[Dataset excerpts]

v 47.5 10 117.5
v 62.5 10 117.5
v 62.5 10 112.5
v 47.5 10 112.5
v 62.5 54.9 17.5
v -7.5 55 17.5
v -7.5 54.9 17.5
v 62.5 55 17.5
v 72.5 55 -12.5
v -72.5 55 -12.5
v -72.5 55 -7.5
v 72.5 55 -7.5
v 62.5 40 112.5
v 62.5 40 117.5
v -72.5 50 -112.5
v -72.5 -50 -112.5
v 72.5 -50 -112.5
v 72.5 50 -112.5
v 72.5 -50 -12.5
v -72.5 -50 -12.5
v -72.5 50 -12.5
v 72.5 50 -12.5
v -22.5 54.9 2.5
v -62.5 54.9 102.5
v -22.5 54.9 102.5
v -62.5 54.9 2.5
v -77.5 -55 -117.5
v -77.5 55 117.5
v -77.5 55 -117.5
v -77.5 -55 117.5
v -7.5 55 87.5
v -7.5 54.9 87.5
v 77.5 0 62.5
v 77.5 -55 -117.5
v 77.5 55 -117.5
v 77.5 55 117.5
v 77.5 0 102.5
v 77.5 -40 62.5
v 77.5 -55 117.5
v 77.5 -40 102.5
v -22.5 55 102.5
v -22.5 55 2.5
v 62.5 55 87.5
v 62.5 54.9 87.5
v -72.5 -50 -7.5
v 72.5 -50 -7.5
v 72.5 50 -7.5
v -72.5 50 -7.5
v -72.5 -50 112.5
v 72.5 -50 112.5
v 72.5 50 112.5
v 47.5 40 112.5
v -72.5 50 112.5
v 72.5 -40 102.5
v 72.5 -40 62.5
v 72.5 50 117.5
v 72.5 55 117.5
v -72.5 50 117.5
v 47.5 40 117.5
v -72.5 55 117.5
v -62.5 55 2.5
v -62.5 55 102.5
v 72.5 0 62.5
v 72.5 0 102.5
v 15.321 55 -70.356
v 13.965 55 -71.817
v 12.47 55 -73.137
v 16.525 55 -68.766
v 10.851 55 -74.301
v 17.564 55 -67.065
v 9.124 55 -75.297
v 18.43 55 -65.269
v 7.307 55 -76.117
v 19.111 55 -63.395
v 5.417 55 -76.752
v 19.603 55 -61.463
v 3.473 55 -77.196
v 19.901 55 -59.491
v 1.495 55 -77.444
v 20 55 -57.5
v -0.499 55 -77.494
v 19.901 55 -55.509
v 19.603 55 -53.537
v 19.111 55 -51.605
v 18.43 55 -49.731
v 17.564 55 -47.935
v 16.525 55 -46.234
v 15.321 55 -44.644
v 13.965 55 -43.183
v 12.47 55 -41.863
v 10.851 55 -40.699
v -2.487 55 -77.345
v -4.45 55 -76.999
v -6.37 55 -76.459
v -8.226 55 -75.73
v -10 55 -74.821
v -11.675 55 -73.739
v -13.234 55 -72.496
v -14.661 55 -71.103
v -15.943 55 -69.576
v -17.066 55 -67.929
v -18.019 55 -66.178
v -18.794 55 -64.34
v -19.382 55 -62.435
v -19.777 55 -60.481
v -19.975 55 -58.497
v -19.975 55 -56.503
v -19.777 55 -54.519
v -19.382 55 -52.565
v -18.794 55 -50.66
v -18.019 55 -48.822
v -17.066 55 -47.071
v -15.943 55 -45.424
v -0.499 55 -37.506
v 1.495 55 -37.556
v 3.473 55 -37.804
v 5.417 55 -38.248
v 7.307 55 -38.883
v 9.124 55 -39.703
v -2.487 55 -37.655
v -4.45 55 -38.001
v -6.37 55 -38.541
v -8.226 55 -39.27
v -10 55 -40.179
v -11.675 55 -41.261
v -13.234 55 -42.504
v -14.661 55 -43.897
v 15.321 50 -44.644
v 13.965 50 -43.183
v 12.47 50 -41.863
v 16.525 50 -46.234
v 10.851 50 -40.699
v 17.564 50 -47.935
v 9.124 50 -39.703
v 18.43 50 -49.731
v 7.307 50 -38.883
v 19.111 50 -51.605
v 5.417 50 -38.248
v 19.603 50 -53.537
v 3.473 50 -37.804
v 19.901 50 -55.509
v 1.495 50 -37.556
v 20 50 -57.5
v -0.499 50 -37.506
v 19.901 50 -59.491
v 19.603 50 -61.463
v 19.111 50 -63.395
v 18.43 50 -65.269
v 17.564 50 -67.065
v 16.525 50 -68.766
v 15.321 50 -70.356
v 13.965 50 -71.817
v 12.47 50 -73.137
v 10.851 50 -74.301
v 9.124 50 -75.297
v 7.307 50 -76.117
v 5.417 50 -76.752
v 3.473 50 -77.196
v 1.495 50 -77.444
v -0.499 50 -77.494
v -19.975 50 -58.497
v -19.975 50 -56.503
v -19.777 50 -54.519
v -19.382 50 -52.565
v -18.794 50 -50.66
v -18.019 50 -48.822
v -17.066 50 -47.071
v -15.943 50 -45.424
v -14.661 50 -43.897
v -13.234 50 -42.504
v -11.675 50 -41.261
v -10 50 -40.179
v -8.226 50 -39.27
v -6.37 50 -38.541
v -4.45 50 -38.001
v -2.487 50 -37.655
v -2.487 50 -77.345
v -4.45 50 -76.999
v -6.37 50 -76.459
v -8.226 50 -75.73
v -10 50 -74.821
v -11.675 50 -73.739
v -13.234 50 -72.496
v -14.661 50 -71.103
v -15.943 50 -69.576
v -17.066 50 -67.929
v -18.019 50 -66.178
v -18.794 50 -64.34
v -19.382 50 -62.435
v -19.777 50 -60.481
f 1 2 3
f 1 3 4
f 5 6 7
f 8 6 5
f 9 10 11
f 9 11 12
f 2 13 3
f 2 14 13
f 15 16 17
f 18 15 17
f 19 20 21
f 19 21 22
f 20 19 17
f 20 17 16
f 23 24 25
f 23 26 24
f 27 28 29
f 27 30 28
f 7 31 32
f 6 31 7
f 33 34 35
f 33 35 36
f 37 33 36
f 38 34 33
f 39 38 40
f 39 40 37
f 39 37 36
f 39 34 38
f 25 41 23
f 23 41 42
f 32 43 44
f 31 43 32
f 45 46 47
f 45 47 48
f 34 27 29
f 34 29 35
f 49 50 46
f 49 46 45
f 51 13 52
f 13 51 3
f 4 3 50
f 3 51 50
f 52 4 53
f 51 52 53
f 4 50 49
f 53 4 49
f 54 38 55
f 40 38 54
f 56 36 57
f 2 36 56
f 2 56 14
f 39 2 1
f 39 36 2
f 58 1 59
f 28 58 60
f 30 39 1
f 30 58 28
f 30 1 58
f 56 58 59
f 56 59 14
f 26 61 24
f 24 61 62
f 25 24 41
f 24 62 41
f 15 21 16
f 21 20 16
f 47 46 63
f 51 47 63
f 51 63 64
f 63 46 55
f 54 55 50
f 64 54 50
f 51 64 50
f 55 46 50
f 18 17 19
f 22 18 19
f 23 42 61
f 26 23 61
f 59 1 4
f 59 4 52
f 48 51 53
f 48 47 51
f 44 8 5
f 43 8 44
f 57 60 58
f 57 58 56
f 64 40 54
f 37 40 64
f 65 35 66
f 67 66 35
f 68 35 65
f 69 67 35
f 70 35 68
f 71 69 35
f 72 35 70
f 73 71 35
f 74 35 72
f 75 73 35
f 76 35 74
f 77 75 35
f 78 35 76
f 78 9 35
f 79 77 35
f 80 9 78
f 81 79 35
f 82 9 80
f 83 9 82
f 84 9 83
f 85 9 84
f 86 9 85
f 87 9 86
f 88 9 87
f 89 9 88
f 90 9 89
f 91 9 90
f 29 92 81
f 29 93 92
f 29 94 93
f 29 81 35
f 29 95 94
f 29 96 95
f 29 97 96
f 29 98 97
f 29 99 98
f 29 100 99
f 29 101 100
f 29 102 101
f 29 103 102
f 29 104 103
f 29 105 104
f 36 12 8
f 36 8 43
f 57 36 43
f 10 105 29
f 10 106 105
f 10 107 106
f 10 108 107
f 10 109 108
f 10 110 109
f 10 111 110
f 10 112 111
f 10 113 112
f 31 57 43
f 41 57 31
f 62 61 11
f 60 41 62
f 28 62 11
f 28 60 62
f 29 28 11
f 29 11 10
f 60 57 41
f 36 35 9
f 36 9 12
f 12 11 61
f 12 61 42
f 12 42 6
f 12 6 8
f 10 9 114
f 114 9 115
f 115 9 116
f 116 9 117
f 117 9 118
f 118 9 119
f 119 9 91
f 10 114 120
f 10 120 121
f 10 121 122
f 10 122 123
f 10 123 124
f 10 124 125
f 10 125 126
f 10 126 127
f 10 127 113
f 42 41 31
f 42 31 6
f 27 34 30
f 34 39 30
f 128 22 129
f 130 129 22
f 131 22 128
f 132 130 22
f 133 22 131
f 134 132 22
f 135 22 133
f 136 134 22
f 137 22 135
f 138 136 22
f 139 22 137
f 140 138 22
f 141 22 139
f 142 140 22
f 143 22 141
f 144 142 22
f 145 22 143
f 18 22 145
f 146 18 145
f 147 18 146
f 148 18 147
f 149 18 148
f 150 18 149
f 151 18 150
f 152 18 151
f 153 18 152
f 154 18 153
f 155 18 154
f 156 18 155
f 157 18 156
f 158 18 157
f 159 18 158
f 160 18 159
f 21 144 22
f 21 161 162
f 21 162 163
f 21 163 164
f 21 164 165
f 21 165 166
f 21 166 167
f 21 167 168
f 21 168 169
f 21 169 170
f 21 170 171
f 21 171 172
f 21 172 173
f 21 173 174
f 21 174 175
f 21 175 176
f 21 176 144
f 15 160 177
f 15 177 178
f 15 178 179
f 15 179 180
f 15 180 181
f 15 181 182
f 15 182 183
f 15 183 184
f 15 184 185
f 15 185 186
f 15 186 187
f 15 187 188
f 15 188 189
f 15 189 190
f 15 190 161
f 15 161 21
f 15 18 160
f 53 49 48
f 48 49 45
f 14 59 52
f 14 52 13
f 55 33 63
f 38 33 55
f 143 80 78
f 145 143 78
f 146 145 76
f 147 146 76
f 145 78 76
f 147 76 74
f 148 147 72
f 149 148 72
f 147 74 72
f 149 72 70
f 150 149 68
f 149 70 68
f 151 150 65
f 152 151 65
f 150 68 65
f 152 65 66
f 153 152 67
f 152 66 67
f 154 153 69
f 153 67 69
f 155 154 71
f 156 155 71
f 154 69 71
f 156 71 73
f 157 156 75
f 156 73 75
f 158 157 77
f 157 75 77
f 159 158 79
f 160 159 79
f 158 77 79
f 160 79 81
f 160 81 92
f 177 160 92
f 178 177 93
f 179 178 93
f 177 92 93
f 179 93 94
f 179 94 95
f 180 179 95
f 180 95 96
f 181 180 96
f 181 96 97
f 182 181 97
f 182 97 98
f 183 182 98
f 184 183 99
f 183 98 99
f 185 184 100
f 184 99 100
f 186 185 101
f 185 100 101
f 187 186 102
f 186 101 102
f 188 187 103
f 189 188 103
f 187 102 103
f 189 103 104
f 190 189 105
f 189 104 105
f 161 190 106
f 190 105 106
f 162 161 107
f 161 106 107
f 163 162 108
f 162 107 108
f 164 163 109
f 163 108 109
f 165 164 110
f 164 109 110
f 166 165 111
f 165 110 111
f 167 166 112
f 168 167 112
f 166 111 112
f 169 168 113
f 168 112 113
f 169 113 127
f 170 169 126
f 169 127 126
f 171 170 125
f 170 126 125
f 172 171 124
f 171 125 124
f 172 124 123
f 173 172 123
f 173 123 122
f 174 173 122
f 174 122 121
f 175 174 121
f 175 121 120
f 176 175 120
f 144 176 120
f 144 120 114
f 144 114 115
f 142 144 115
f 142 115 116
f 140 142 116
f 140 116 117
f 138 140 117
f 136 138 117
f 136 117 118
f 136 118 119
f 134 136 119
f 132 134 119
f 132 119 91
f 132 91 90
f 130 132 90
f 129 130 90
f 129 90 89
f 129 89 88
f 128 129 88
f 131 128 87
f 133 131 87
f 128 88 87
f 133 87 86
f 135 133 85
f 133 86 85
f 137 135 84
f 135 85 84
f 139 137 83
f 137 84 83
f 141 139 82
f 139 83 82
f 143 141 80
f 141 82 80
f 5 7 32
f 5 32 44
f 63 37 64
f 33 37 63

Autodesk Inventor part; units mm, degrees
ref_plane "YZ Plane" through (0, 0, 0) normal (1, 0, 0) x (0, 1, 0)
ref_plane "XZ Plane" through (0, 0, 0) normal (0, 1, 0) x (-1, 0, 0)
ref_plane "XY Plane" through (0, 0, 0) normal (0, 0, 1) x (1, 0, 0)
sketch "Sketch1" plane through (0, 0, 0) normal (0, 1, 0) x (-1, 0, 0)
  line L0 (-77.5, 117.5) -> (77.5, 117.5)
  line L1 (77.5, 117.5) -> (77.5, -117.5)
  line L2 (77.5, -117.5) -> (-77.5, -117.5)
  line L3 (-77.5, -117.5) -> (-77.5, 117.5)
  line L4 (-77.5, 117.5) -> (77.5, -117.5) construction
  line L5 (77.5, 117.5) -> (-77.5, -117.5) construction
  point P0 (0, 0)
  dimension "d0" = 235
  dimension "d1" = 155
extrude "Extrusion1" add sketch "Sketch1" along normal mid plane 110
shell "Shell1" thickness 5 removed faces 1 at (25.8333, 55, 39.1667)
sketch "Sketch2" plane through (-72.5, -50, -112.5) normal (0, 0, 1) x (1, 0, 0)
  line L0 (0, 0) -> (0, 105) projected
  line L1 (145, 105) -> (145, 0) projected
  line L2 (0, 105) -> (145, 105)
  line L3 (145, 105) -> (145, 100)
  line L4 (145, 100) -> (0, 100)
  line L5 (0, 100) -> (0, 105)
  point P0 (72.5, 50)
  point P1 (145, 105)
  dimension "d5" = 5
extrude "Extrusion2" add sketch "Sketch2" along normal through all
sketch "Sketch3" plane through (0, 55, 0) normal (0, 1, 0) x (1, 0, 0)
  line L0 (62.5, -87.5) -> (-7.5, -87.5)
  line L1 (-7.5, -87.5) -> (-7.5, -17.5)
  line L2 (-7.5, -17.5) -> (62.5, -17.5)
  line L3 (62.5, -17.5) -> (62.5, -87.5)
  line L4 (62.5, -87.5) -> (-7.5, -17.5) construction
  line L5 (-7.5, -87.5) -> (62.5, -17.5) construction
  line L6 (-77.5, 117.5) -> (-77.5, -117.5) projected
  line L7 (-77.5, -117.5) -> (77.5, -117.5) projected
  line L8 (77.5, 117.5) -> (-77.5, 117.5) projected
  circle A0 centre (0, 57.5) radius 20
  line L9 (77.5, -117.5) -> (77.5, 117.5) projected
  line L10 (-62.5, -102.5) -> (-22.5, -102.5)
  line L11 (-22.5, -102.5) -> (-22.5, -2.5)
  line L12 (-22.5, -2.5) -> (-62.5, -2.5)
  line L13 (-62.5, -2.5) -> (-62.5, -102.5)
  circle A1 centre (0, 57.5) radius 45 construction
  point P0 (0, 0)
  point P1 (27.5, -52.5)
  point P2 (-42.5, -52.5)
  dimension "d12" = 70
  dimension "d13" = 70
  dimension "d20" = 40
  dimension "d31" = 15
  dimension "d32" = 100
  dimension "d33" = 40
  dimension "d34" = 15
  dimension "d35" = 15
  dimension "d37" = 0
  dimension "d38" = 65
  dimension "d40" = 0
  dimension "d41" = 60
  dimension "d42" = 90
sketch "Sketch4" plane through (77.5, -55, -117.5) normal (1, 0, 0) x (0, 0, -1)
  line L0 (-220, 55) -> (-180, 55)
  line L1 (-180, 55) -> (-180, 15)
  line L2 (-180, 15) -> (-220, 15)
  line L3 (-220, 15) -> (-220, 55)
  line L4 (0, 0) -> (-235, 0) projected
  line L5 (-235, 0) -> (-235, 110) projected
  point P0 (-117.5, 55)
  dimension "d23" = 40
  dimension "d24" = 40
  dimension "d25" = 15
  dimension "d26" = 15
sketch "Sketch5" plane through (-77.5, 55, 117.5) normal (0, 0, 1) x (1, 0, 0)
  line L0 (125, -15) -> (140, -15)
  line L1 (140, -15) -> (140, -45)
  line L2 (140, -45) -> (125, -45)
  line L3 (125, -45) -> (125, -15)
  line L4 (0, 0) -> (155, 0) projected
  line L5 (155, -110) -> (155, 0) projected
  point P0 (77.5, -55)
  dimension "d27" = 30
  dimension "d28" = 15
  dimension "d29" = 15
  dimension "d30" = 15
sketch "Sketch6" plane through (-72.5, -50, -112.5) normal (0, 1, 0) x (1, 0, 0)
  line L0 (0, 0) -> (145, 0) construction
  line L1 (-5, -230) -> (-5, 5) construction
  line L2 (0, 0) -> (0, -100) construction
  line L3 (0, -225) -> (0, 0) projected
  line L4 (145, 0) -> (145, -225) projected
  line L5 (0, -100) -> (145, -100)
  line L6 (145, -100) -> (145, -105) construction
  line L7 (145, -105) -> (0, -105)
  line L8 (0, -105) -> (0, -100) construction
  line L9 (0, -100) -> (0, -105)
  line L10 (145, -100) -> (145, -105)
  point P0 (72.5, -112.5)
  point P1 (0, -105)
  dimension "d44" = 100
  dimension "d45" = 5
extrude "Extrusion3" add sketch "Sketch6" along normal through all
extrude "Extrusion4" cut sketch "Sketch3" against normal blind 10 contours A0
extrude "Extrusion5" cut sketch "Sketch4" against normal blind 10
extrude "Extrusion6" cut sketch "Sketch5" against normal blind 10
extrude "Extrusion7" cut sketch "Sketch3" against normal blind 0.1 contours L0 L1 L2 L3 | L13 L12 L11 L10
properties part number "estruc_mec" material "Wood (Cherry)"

==

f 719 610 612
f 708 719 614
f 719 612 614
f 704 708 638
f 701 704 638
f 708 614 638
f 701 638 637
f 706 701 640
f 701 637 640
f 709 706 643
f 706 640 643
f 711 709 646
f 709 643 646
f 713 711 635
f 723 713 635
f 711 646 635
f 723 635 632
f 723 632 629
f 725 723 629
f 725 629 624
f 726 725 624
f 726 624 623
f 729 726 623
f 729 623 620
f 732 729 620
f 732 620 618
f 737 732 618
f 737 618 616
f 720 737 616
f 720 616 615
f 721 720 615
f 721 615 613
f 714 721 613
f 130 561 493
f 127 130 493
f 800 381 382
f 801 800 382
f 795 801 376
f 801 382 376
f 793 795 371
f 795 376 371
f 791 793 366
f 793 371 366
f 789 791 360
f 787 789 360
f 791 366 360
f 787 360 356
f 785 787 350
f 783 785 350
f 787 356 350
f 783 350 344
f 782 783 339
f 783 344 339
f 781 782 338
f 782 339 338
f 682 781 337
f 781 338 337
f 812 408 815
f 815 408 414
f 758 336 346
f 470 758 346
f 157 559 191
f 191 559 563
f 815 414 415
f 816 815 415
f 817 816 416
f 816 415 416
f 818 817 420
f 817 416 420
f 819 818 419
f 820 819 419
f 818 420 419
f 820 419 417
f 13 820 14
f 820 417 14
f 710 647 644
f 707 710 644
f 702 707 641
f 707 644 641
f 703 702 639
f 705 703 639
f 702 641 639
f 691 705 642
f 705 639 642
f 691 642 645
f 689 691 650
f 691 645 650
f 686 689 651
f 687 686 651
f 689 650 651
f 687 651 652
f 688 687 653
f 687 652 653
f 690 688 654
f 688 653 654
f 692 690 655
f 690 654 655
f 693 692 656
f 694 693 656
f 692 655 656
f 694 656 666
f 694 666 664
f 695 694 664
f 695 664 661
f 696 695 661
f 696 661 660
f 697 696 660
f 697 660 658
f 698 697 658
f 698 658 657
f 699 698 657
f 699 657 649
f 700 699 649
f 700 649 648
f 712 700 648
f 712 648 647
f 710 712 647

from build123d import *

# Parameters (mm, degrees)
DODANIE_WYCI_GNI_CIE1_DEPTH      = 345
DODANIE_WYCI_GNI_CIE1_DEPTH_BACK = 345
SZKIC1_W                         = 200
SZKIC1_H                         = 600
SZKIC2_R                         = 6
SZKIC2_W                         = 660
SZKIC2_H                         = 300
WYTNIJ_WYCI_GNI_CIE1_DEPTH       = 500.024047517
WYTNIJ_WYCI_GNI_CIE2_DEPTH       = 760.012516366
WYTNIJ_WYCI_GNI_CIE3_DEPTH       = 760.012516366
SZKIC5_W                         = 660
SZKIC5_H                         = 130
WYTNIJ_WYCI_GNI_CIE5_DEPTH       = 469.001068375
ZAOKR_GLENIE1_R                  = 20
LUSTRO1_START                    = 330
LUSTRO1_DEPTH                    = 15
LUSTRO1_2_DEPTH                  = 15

TASK ITEM: Please return only the lines above, starting at the line that has "v 62.5 40 112.5" and ending at the line that has "v 77.5 0 102.5", keeping both and leaving each one unchanged.

YOUR RESPONSE:
v 62.5 40 112.5
v 62.5 40 117.5
v -72.5 50 -112.5
v -72.5 -50 -112.5
v 72.5 -50 -112.5
v 72.5 50 -112.5
v 72.5 -50 -12.5
v -72.5 -50 -12.5
v -72.5 50 -12.5
v 72.5 50 -12.5
v -22.5 54.9 2.5
v -62.5 54.9 102.5
v -22.5 54.9 102.5
v -62.5 54.9 2.5
v -77.5 -55 -117.5
v -77.5 55 117.5
v -77.5 55 -117.5
v -77.5 -55 117.5
v -7.5 55 87.5
v -7.5 54.9 87.5
v 77.5 0 62.5
v 77.5 -55 -117.5
v 77.5 55 -117.5
v 77.5 55 117.5
v 77.5 0 102.5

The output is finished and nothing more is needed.